■ Extracted records
_ _ _

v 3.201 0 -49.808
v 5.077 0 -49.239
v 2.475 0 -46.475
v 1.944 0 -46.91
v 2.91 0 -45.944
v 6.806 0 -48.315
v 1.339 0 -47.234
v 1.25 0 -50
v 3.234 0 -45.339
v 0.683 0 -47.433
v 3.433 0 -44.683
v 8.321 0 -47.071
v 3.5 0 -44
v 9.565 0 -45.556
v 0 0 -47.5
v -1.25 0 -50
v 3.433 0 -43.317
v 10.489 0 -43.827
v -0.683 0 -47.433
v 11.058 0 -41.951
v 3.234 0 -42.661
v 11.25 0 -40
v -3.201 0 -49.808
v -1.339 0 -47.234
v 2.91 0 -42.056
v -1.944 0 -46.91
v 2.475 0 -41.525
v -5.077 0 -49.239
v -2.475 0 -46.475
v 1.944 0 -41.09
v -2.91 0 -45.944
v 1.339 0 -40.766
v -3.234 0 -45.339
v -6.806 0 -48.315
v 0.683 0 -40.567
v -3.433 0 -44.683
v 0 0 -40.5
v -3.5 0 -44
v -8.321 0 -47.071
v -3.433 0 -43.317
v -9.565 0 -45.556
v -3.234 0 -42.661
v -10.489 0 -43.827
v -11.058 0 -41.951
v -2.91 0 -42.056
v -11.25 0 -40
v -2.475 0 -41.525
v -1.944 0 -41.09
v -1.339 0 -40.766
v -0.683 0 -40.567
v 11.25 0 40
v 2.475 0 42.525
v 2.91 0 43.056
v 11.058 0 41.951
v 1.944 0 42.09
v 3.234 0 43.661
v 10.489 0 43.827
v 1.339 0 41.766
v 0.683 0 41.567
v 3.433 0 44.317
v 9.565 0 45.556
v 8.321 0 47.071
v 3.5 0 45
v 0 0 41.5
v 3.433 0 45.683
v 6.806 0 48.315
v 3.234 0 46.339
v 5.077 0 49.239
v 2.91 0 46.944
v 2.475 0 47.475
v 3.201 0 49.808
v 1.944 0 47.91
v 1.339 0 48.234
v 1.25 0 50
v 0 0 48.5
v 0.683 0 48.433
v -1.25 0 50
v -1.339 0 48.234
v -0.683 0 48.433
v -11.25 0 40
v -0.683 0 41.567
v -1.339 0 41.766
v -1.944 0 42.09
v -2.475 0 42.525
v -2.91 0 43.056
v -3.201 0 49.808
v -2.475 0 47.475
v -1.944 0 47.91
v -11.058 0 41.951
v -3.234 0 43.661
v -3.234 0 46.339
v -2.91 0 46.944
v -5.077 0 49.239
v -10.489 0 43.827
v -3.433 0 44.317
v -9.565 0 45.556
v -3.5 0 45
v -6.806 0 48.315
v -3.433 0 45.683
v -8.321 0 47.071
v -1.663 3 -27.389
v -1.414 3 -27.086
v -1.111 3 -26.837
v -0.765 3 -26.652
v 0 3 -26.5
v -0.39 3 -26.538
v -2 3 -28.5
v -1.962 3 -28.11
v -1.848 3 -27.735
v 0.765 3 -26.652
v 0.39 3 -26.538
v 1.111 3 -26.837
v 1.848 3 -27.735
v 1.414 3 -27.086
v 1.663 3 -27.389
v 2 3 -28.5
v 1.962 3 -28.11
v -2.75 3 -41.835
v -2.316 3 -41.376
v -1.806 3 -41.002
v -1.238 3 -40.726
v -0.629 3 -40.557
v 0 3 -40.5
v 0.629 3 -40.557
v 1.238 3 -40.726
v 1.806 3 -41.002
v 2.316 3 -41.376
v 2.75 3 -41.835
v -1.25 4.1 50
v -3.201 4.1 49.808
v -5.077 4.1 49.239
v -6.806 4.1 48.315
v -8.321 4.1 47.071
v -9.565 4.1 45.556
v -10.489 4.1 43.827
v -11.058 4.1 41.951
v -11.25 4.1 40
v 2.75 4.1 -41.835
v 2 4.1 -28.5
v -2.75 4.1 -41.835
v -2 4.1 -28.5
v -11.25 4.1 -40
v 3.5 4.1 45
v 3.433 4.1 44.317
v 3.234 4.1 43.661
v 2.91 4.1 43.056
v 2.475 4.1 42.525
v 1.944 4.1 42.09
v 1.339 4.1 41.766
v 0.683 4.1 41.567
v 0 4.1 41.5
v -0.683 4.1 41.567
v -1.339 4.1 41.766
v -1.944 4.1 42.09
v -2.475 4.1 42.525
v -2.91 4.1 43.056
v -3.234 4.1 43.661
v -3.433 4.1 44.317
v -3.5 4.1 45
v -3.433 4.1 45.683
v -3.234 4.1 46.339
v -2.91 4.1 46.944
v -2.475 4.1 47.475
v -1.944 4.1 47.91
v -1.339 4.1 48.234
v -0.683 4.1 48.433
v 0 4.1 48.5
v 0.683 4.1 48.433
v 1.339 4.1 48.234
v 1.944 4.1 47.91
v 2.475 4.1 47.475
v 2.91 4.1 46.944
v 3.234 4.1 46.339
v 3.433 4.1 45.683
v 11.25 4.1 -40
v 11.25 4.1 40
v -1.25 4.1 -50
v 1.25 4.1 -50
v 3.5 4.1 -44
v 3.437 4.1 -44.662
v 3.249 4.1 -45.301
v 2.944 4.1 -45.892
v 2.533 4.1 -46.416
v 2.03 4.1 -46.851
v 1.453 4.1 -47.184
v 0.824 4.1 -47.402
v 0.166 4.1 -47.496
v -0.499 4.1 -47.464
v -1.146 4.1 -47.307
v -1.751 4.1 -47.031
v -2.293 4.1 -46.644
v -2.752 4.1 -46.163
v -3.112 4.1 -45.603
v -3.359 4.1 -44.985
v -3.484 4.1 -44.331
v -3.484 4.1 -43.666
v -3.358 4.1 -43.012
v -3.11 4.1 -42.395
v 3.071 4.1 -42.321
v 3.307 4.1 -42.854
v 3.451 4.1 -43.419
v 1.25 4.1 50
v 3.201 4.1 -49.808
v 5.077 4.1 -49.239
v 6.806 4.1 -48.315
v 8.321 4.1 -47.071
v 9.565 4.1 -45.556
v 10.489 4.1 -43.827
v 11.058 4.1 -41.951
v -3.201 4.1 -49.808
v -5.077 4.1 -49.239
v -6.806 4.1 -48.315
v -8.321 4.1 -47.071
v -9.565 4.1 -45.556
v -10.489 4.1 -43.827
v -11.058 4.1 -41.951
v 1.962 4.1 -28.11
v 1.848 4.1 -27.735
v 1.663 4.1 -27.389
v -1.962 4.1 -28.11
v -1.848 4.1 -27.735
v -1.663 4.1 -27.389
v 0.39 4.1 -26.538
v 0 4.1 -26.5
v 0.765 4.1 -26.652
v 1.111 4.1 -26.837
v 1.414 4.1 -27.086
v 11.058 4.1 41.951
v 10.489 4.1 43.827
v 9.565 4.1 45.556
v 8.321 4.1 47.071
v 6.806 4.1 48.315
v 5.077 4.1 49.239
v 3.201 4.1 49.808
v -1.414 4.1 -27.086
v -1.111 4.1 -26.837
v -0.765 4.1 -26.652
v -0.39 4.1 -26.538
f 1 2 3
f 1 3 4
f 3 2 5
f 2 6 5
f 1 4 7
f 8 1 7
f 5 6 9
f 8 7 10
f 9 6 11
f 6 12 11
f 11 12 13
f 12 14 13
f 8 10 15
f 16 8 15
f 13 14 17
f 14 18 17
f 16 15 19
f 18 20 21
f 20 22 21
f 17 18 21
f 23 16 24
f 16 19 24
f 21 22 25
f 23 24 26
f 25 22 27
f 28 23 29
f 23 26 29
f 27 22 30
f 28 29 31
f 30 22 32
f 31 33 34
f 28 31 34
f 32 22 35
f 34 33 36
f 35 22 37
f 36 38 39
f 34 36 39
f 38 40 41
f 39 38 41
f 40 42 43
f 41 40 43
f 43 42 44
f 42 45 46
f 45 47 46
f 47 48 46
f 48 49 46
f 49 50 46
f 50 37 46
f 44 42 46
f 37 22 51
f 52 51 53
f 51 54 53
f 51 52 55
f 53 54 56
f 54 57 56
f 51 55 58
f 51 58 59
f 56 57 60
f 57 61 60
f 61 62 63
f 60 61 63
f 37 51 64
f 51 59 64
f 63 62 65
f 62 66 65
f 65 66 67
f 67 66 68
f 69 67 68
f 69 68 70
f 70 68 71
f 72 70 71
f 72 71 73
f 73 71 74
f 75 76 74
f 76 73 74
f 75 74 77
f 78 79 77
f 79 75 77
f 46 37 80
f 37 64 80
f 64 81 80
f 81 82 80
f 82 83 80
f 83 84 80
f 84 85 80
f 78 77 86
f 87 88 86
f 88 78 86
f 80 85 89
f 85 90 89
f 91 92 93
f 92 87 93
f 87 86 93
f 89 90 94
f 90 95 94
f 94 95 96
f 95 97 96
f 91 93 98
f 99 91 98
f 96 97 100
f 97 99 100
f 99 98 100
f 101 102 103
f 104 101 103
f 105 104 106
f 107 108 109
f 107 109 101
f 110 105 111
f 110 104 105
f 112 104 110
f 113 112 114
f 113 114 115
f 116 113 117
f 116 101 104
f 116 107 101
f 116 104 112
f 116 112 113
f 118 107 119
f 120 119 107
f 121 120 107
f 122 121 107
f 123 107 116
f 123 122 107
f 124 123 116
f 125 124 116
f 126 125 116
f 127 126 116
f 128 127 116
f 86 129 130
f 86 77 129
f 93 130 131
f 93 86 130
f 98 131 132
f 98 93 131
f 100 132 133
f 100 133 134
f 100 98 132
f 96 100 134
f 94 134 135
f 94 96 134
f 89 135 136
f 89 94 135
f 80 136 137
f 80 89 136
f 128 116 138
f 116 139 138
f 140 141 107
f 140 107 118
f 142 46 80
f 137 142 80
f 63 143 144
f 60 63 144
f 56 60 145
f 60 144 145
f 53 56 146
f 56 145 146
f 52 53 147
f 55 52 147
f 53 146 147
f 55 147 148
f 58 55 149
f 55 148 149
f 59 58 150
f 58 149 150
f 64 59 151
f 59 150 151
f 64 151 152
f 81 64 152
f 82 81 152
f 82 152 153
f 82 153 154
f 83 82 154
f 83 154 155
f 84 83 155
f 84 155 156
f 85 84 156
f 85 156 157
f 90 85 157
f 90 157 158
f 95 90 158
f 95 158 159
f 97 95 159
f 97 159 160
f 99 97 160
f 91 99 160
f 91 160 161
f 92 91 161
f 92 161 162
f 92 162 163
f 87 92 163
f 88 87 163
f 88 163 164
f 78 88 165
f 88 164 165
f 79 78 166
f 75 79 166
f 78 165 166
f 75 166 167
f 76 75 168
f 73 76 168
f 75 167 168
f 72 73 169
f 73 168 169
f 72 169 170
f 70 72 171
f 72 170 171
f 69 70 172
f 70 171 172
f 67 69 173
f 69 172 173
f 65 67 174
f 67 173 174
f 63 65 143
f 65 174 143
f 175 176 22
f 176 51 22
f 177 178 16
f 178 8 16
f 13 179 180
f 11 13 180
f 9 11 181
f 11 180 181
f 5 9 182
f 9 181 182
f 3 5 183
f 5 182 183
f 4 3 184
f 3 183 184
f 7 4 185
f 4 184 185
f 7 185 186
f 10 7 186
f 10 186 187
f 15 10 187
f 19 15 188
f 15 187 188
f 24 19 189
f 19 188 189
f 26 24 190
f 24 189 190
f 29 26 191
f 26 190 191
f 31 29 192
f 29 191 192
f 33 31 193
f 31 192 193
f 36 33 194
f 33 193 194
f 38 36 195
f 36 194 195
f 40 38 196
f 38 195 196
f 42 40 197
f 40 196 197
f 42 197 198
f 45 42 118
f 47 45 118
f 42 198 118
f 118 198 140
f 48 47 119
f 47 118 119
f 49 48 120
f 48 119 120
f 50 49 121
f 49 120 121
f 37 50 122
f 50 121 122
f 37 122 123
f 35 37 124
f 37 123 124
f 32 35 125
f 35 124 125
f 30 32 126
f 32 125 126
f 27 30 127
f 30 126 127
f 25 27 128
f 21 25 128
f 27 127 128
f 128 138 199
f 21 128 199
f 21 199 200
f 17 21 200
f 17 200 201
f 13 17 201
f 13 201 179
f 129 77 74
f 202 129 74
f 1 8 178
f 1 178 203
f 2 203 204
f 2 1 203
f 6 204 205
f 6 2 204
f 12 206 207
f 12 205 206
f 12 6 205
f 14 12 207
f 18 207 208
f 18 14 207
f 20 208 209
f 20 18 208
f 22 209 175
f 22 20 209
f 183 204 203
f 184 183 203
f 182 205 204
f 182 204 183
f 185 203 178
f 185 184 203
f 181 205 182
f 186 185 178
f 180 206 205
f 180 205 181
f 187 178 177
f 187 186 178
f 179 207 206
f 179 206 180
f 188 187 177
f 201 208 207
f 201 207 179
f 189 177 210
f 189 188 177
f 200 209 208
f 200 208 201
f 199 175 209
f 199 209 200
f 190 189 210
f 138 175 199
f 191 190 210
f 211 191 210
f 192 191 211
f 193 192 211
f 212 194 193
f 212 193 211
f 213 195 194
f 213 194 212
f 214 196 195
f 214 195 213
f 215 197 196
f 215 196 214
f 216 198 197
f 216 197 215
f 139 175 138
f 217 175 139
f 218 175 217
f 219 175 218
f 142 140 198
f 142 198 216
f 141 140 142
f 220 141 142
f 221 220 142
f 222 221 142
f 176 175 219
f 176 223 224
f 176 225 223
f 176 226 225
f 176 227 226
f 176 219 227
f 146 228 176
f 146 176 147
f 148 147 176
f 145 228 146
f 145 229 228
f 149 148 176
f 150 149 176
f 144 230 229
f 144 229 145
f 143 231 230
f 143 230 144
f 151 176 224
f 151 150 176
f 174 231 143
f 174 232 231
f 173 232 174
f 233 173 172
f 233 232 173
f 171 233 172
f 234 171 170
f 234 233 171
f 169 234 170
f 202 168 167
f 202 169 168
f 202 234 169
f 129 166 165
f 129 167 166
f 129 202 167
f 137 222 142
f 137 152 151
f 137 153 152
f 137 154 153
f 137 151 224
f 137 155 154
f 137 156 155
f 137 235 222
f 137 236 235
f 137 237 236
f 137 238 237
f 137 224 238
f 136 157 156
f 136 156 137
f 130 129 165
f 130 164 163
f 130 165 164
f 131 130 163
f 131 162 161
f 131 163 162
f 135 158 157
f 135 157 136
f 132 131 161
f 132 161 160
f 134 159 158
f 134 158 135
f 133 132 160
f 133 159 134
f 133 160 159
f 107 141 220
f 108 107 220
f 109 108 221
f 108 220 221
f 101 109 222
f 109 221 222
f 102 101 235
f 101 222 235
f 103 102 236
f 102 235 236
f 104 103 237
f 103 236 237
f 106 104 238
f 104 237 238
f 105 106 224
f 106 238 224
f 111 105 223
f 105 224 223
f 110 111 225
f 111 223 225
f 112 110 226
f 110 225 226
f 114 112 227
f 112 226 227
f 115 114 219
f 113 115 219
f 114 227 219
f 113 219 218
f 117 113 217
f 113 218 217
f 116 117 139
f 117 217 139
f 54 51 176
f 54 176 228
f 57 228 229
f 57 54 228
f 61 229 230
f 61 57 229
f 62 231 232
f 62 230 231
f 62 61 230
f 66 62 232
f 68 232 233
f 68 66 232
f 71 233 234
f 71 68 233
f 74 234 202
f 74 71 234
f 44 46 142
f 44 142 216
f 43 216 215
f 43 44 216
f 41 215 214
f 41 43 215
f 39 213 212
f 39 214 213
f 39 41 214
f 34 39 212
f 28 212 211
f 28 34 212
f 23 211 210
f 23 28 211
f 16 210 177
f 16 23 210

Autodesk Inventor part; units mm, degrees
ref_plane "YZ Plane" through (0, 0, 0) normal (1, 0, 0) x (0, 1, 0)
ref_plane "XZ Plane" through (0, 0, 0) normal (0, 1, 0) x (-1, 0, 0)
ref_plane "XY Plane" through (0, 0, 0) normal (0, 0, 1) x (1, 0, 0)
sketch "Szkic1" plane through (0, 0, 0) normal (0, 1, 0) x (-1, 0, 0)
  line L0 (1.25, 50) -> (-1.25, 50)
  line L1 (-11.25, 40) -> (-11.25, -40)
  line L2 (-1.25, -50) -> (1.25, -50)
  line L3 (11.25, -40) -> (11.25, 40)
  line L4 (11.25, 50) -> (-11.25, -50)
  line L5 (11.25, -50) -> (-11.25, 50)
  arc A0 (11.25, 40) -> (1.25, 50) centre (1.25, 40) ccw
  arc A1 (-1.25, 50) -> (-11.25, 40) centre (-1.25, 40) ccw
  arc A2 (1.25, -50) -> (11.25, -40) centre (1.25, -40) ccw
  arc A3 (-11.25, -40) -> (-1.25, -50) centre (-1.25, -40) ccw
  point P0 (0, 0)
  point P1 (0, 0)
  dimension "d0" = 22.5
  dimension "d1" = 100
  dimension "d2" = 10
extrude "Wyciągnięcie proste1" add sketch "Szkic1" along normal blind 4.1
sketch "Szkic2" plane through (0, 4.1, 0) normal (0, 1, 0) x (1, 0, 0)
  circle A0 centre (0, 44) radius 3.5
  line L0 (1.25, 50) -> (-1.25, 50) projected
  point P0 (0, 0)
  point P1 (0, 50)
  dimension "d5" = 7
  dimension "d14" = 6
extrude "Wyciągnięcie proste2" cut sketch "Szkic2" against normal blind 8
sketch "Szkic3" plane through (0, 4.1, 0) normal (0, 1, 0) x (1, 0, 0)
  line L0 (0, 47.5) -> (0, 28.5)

_ _ _

■ What this task involves
Copy out only the lines above from the one with "f 116 107 101" to the one with "f 72 170 171", inclusive, exactly as they stand.

■ Response area
f 116 107 101
f 116 104 112
f 116 112 113
f 118 107 119
f 120 119 107
f 121 120 107
f 122 121 107
f 123 107 116
f 123 122 107
f 124 123 116
f 125 124 116
f 126 125 116
f 127 126 116
f 128 127 116
f 86 129 130
f 86 77 129
f 93 130 131
f 93 86 130
f 98 131 132
f 98 93 131
f 100 132 133
f 100 133 134
f 100 98 132
f 96 100 134
f 94 134 135
f 94 96 134
f 89 135 136
f 89 94 135
f 80 136 137
f 80 89 136
f 128 116 138
f 116 139 138
f 140 141 107
f 140 107 118
f 142 46 80
f 137 142 80
f 63 143 144
f 60 63 144
f 56 60 145
f 60 144 145
f 53 56 146
f 56 145 146
f 52 53 147
f 55 52 147
f 53 146 147
f 55 147 148
f 58 55 149
f 55 148 149
f 59 58 150
f 58 149 150
f 64 59 151
f 59 150 151
f 64 151 152
f 81 64 152
f 82 81 152
f 82 152 153
f 82 153 154
f 83 82 154
f 83 154 155
f 84 83 155
f 84 155 156
f 85 84 156
f 85 156 157
f 90 85 157
f 90 157 158
f 95 90 158
f 95 158 159
f 97 95 159
f 97 159 160
f 99 97 160
f 91 99 160
f 91 160 161
f 92 91 161
f 92 161 162
f 92 162 163
f 87 92 163
f 88 87 163
f 88 163 164
f 78 88 165
f 88 164 165
f 79 78 166
f 75 79 166
f 78 165 166
f 75 166 167
f 76 75 168
f 73 76 168
f 75 167 168
f 72 73 169
f 73 168 169
f 72 169 170
f 70 72 171
f 72 170 171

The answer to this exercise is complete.